Я сразу стал вспоминать, как над ним издевался Маяковский, "под которым" мы все выросли, и т.д. Маяковский показался маленьким рядом с этим романом, который я читал. Я читал дальше, и те самые расхожие ныне повороты как-то не очень восторгали, не главное это было. Главное - это была вот эта свобода изложения, свобода духа, как я это говорю.

Так я читал до половины четвертого, есть захотелось ужасно. Я опять открыл холодильник, там лежали бутербродики всякие.

В половине девятого я перевернул последнюю страницу.

И около девяти часов - вошла свеженькая Елена Сергеевна, в своем длинном домашнем платье, в котором она всегда ходила. Вроде ничего не происходило, я просто пришел в гости: "Леня, мы будем завтракать". Ни слова о книге сказано не было. Я чувствовал, что не должен ничего говорить. Потому что действительно я был весь смятен.

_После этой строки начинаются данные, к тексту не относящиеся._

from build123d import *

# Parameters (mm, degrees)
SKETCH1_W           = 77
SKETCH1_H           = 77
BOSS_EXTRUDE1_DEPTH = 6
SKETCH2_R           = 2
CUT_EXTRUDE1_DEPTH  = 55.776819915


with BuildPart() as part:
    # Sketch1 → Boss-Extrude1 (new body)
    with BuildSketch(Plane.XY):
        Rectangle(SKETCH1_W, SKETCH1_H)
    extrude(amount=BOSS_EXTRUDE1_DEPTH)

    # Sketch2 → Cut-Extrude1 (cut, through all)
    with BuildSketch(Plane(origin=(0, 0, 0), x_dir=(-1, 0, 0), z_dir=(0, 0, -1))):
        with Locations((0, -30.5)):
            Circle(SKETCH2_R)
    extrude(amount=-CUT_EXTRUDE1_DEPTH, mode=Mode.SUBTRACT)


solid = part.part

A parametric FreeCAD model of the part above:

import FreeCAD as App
import Part
import Sketcher


def add_polygon(sketch, points):
    """Adds a closed chain of lines whose ends are joined by coincident constraints."""
    first, n = sketch.GeometryCount, len(points)
    for a, b in zip(points, points[1:] + points[:1]):
        sketch.addGeometry(Part.LineSegment(App.Vector(*a, 0), App.Vector(*b, 0)), False)
    for i in range(n):
        sketch.addConstraint(Sketcher.Constraint("Coincident", first + i, 2, first + (i + 1) % n, 1))

doc = App.newDocument("Part")
body = doc.addObject("PartDesign::Body", "Body")

# Sketch on XY plane
sketch1 = body.newObject("Sketcher::SketchObject", "Sketch")
sketch1.AttachmentSupport = (doc.getObject("XY_Plane"), [""])
sketch1.MapMode = "FlatFace"
add_polygon(sketch1, [(-38, 38), (-38, -38), (38, -38), (38, 38)])  # lines 0-3
sketch1.addConstraint([
    Sketcher.Constraint("Vertical", 0),
    Sketcher.Constraint("Horizontal", 1),
    Sketcher.Constraint("Vertical", 2),
    Sketcher.Constraint("Horizontal", 3),
    Sketcher.Constraint("Symmetric", 0, 2, 2, 2, -1, 1),
    Sketcher.Constraint("Equal", 3, 0),
    Sketcher.Constraint("DistanceX", 1, 1, 1, 2, 77.0),
])
pad1 = body.newObject("PartDesign::Pad", "Pad")
pad1.Profile = sketch1
pad1.Length = 6

# Sketch on XY plane
sketch2 = body.newObject("Sketcher::SketchObject", "Sketch001")
sketch2.AttachmentSupport = (doc.getObject("XY_Plane"), [""])
sketch2.MapMode = "FlatFace"
sketch2.addGeometry(Part.Circle(App.Vector(0, -30.5, 0), App.Vector(0, 0, 1), 2), False)
sketch2.addConstraint([
    Sketcher.Constraint("PointOnObject", 0, 3, -2),
    Sketcher.Constraint("Diameter", 0, 4.0),
    Sketcher.Constraint("DistanceY", 0, 3, -1, 1, 30.5),
])
pocket1 = body.newObject("PartDesign::Pocket", "Pocket")
pocket1.Profile = sketch2
pocket1.Type = "ThroughAll"
pocket1.Reversed = True

doc.recompute()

Ну потом , через несколько дней уже, она как-то так поставила разговор, чтобы я мог высказаться. И потом она сказала: "Вы понимаете, это же надо подумать, не надо сразу". И я успел подумать. Дальше я понял, что можно не печататься, можно не писать, но надо быть свободным. Это было новое.

О ней говорят, что у нее были инфернальные какие-то связи. Может быть, это и так. Как-то она заболела, это было летом 1970 г. Позвонила моей жене, они дружили очень. Елена Сергеевна тогда лежала, лежала на черной подушке, всегда клала черную подушку. Так красиво, так ей шло. Никогда не забывала о том, что она женщина. И сказала: "Я скоро умру, но не говорите, что это очень тяжело слышать. Не печальтесь, я прожила счастливую жизнь, и я сделала все, что обещала Мише. Он издан".

А через несколько дней она скончалась. Вот, собственно говоря, что я хотел рассказать по этому поводу. Еще можно было бы добавить, что она очень любила слушать "Собачье сердце" в моем исполнении, говорила, что вот так и надо читать.

Н.В. А я помню воспоминания Лакшина о смерти Елены Сергеевны, Лакшин пишет, что бушевала стихия, была гроза./

Л.Л. Да, все это так и было, она отошла как Ангел. А Булгаков меня научил: когда говоришь свободно или пишешь свободно, все (слушатели, читатели) чувствуют себя соучастниками. Один писатель говорил: "Когда у Гоголя входит черт, я верю, а когда у иного писателя входит учитель в класс, нет".